図8に示す図においては、3Dモデル、透かしボタン901、変更履歴ボタン902、及び体温マップボタン903(総称してボタンという)が表示されている。閲覧者は、閲覧用端末40の操作を介して、透かしボタン901、変更履歴ボタン902、及び体温マップボタン903の少なくとも1つを選択可能である。ボタンは、閲覧者による閲覧用端末40におけるボタンの押下に応じて、選択される。選択されているボタンを囲う線は、選択されていないボタンを囲う線よりも太いため、閲覧者はどのボタンが選択状態にあるかを容易に認識できる。
【0052】
図9は、ステップS903において閲覧用端末40に表示される3Dデータ表示画面である。

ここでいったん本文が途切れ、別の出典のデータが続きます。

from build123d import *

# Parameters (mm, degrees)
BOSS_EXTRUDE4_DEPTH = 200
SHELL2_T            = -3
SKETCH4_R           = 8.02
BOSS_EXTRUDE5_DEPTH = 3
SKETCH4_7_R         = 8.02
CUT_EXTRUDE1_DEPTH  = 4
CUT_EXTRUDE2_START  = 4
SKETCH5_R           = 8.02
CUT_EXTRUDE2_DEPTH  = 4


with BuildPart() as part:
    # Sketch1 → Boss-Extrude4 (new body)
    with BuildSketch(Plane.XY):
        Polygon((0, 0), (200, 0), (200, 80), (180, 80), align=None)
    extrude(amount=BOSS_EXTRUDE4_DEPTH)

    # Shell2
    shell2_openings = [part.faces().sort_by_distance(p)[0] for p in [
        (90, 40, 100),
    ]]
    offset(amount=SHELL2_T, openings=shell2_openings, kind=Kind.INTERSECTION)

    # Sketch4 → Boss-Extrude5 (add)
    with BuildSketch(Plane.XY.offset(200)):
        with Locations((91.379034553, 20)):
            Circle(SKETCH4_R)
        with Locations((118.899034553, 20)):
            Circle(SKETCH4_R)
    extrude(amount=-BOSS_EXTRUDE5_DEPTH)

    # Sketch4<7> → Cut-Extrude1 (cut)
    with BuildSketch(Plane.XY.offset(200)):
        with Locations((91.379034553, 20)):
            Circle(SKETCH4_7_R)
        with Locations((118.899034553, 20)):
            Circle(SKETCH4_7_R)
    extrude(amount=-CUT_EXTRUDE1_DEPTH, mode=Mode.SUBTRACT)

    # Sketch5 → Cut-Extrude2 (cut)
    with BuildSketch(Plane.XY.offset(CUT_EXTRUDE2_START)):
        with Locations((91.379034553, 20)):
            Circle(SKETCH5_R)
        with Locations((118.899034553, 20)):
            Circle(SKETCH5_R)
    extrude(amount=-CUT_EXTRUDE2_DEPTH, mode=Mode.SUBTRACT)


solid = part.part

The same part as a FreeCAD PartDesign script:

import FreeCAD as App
import Part
import Sketcher

V = App.Vector
Q = App.Units.Quantity


def faces_at(feature, points):
    """Names of the faces that lie closest to the given points."""
    faces = feature.Shape.Faces
    near = lambda p: min(range(len(faces)), key=lambda i: faces[i].distToShape(Part.Vertex(*p))[0])
    return sorted({f"Face{near(p) + 1}" for p in points})


def add_polygon(sketch, points):
    """Adds a closed chain of lines whose ends are joined by coincident constraints."""
    first, n = sketch.GeometryCount, len(points)
    for a, b in zip(points, points[1:] + points[:1]):
        sketch.addGeometry(Part.LineSegment(App.Vector(*a, 0), App.Vector(*b, 0)), False)
    for i in range(n):
        sketch.addConstraint(Sketcher.Constraint("Coincident", first + i, 2, first + (i + 1) % n, 1))

doc = App.newDocument("Part")
body = doc.addObject("PartDesign::Body", "Body")

sketch1 = body.newObject("Sketcher::SketchObject", "Sketch")
sketch1.AttachmentSupport = (doc.getObject("XY_Plane"), [""])
sketch1.MapMode = "FlatFace"
add_polygon(sketch1, [(0, 0), (200, 0), (200, 80), (180, 80)])
sketch1.addConstraint(Sketcher.Constraint("Horizontal", 0))
sketch1.addConstraint(Sketcher.Constraint("Vertical", 1))
sketch1.addConstraint(Sketcher.Constraint("Horizontal", 2))
sketch1.addConstraint(Sketcher.Constraint("Coincident", 3, 2, -1, 1))
sketch1.addConstraint(Sketcher.Constraint("DistanceX", 0, 1, 0, 2, Q("200 mm")))
sketch1.addConstraint(Sketcher.Constraint("DistanceX", 2, 2, 2, 1, Q("20 mm")))
sketch1.addConstraint(Sketcher.Constraint("DistanceY", 1, 1, 1, 2, Q("80 mm")))
pad1 = body.newObject("PartDesign::Pad", "Pad")
pad1.Profile = sketch1
pad1.Length = 200
doc.recompute()

thickness = body.newObject("PartDesign::Thickness", "Thickness")
thickness.Base = (pad1, faces_at(pad1, [(90, 40, 100)]))
thickness.Value = 3
thickness.Reversed = True
thickness.Join = "Intersection"

sketch2 = body.newObject("Sketcher::SketchObject", "Sketch001")
sketch2.AttachmentSupport = (doc.getObject("XY_Plane"), [""])
sketch2.MapMode = "FlatFace"
sketch2.AttachmentOffset = App.Placement(V(0, 0, 200), App.Rotation())
sketch2.addGeometry(Part.Circle(V(91, 20, 0), V(0, 0, 1), 8), False)
sketch2.addGeometry(Part.Circle(V(119, 20, 0), V(0, 0, 1), 8), False)
sketch2.addConstraint(Sketcher.Constraint("Equal", 0, 1))
sketch2.addConstraint(Sketcher.Constraint("Horizontal", 0, 3, 1, 3))
sketch2.addConstraint(Sketcher.Constraint("Diameter", 0, Q("16.04 mm")))
sketch2.addConstraint(Sketcher.Constraint("DistanceY", -1, 1, 0, 3, Q("20 mm")))
sketch2.addConstraint(Sketcher.Constraint("DistanceX", 0, 3, 1, 3, Q("27.52 mm")))
sketch2.addConstraint(Sketcher.Constraint("DistanceX", -1, 1, 0, 3, Q("91.379035 mm")))
pad2 = body.newObject("PartDesign::Pad", "Pad001")
pad2.Profile = sketch2
pad2.Length = 3
pad2.Reversed = True

sketch3 = body.newObject("Sketcher::SketchObject", "Sketch002")
sketch3.AttachmentSupport = (doc.getObject("XY_Plane"), [""])
sketch3.MapMode = "FlatFace"
sketch3.AttachmentOffset = App.Placement(V(0, 0, 200), App.Rotation())
sketch3.addGeometry(Part.Circle(V(91, 20, 0), V(0, 0, 1), 8), False)
sketch3.addGeometry(Part.Circle(V(119, 20, 0), V(0, 0, 1), 8), False)
sketch3.addConstraint(Sketcher.Constraint("Equal", 0, 1))
sketch3.addConstraint(Sketcher.Constraint("Horizontal", 0, 3, 1, 3))
sketch3.addConstraint(Sketcher.Constraint("Diameter", 0, Q("16.04 mm")))
sketch3.addConstraint(Sketcher.Constraint("DistanceY", -1, 1, 0, 3, Q("20 mm")))
sketch3.addConstraint(Sketcher.Constraint("DistanceX", 0, 3, 1, 3, Q("27.52 mm")))
sketch3.addConstraint(Sketcher.Constraint("DistanceX", -1, 1, 0, 3, Q("91.379035 mm")))
pocket1 = body.newObject("PartDesign::Pocket", "Pocket")
pocket1.Profile = sketch3
pocket1.Length = 4

sketch4 = body.newObject("Sketcher::SketchObject", "Sketch003")
sketch4.AttachmentSupport = (doc.getObject("XY_Plane"), [""])
sketch4.MapMode = "FlatFace"
sketch4.AttachmentOffset = App.Placement(V(0, 0, 4), App.Rotation())
sketch4.addGeometry(Part.Circle(V(91, 20, 0), V(0, 0, 1), 8), False)
sketch4.addGeometry(Part.Circle(V(119, 20, 0), V(0, 0, 1), 8), False)
sketch4.addConstraint(Sketcher.Constraint("Equal", 0, 1))
sketch4.addConstraint(Sketcher.Constraint("Horizontal", 0, 3, 1, 3))
sketch4.addConstraint(Sketcher.Constraint("Diameter", 0, Q("16.04 mm")))
sketch4.addConstraint(Sketcher.Constraint("DistanceY", -1, 1, 0, 3, Q("20 mm")))
sketch4.addConstraint(Sketcher.Constraint("DistanceX", 0, 3, 1, 3, Q("27.52 mm")))
sketch4.addConstraint(Sketcher.Constraint("DistanceX", -1, 1, 0, 3, Q("91.379035 mm")))
pocket2 = body.newObject("PartDesign::Pocket", "Pocket001")
pocket2.Profile = sketch4
pocket2.Length = 4

doc.recompute()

図9に示す図においては、ボタンのすべてが選択されていない状態である。
【0053】
図10に示す図においては、透かしボタン901が選択されている状態であって、変更履歴ボタン902及び体温マップボタン903が選択されていない状態である。透かしボタン901が選択されていると、電子透かしが3Dモデルに重なって表示される。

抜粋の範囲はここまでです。